*Task goal:* Which lines in the entries below contain the string "amount"? Show each of them in full.

*Data to use:*
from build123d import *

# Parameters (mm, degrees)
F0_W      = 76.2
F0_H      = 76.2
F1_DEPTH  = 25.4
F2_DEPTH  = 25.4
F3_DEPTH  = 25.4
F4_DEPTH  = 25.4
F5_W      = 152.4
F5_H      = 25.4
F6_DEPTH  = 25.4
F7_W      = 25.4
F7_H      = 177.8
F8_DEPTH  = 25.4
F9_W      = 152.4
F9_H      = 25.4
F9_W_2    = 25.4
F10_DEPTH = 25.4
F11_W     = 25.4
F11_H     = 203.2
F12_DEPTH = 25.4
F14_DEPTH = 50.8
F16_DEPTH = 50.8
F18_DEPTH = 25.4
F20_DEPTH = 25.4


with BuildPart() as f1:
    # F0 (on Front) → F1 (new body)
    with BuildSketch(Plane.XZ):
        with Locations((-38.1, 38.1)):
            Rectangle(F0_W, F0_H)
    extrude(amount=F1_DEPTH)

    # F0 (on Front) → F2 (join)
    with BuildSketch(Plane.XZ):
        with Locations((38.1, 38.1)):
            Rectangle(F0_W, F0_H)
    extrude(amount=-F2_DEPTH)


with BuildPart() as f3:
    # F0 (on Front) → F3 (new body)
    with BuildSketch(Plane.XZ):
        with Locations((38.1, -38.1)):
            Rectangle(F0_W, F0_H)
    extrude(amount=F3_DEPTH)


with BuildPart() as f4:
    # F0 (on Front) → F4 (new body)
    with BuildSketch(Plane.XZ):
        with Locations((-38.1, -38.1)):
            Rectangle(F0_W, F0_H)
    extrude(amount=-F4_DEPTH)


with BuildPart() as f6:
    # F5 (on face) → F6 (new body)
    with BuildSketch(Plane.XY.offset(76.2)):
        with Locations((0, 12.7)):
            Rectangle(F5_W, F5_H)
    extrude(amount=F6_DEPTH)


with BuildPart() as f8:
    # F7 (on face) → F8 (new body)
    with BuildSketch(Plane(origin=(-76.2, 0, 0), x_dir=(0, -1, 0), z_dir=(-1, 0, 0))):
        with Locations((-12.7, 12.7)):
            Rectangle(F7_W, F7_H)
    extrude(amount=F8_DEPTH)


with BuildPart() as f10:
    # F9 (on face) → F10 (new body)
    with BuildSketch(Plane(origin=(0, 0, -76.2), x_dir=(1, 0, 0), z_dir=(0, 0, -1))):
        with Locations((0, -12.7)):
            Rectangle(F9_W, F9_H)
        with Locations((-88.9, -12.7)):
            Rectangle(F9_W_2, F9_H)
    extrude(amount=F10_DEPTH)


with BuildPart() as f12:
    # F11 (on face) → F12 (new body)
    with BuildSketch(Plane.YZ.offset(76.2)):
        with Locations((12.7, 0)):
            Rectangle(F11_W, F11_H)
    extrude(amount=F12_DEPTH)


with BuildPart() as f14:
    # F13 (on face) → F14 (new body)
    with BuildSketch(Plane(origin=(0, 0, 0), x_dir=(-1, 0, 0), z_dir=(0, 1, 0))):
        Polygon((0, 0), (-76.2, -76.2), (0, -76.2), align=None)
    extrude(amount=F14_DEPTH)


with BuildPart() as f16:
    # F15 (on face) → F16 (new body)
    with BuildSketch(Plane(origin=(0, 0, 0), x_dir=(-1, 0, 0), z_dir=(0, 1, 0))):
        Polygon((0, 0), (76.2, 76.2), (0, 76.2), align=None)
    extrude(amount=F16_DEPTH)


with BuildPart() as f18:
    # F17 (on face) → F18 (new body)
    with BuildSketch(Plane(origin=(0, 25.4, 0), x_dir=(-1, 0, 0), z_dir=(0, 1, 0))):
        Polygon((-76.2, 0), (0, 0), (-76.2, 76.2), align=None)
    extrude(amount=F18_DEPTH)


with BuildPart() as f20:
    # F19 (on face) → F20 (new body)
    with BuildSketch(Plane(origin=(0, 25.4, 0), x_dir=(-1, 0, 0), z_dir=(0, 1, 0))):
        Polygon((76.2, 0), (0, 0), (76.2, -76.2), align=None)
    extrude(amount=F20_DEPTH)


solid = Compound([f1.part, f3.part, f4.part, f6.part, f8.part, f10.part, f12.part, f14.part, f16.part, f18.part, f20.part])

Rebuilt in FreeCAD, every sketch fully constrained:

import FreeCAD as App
import Part
import Sketcher
from FreeCAD import Vector
Q = App.Units.Quantity

doc = App.newDocument("Part")
params = doc.addObject("Spreadsheet::Sheet", "Params")
for row, (alias, value) in enumerate([
    ("sketch1_width", "3 in"),
    ("pad1_length", "1 in"),
    ("sketch2_width", "3 in"),
    ("pad2_length", "1 in"),
    ("sketch3_width", "3 in"),
    ("pad3_length", "1 in"),
    ("sketch4_width", "3 in"),
    ("pad4_length", "1 in"),
    ("sketch5_width", "6 in"),
    ("sketch5_height", "1 in"),
    ("pad5_length", "1 in"),
    ("sketch6_width", "1 in"),
    ("sketch6_height", "7 in"),
    ("pad6_length", "1 in"),
    ("sketch7_width", "7 in"),
    ("sketch7_height", "1 in"),
    ("pad7_length", "1 in"),
    ("sketch8_width", "1 in"),
    ("sketch8_height", "8 in"),
    ("pad8_length", "1 in"),
    ("sketch9_width", "3 in"),
    ("pad9_length", "2 in"),
    ("sketch10_width", "3 in"),
    ("pad10_length", "2 in"),
    ("sketch11_width", "3 in"),
    ("pad11_length", "1 in"),
    ("sketch12_width", "3 in"),
    ("pad12_length", "1 in"),
], start=1):
    params.set(f"A{row}", alias)
    params.set(f"B{row}", "=" + value)
    params.setAlias(f"B{row}", alias)

body = doc.addObject("PartDesign::Body", "Body")
body.AllowCompound = True

# Sketch on XZ plane
sketch1 = body.newObject("Sketcher::SketchObject", "Sketch")
sketch1.AttachmentSupport = (doc.getObject("XZ_Plane"), [""])
sketch1.MapMode = "FlatFace"
sketch1.addGeometry([
    Part.LineSegment(Vector(-76.2, 76.2, 0), Vector(-76.2, 0, 0)),
    Part.LineSegment(Vector(-76.2, 0, 0), Vector(0, 0, 0)),
    Part.LineSegment(Vector(0, 0, 0), Vector(0, 76.2, 0)),
    Part.LineSegment(Vector(0, 76.2, 0), Vector(-76.2, 76.2, 0)),
], False)
sketch1.addConstraint([
    Sketcher.Constraint("Coincident", 0, 2, 1, 1),
    Sketcher.Constraint("Coincident", 1, 2, 2, 1),
    Sketcher.Constraint("Coincident", 2, 2, 3, 1),
    Sketcher.Constraint("Coincident", 3, 2, 0, 1),
    Sketcher.Constraint("Vertical", 0),
    Sketcher.Constraint("Horizontal", 1),
    Sketcher.Constraint("Vertical", 2),
    Sketcher.Constraint("Horizontal", 3),
    Sketcher.Constraint("Coincident", 1, 2, -1, 1),
    Sketcher.Constraint("Equal", 3, 0),
    Sketcher.Constraint("DistanceX", 1, 1, 1, 2, Q("3 in")),
])
sketch1.setExpression("Constraints[10]", "Params.sketch1_width")
pad1 = body.newObject("PartDesign::Pad", "Pad")
pad1.Profile = sketch1
pad1.setExpression("Length", "Params.pad1_length")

*Written answer:*
    extrude(amount=F1_DEPTH)
    extrude(amount=-F2_DEPTH)
    extrude(amount=F3_DEPTH)
    extrude(amount=-F4_DEPTH)
    extrude(amount=F6_DEPTH)
    extrude(amount=F8_DEPTH)
    extrude(amount=F10_DEPTH)
    extrude(amount=F12_DEPTH)
    extrude(amount=F14_DEPTH)
    extrude(amount=F16_DEPTH)
    extrude(amount=F18_DEPTH)
    extrude(amount=F20_DEPTH)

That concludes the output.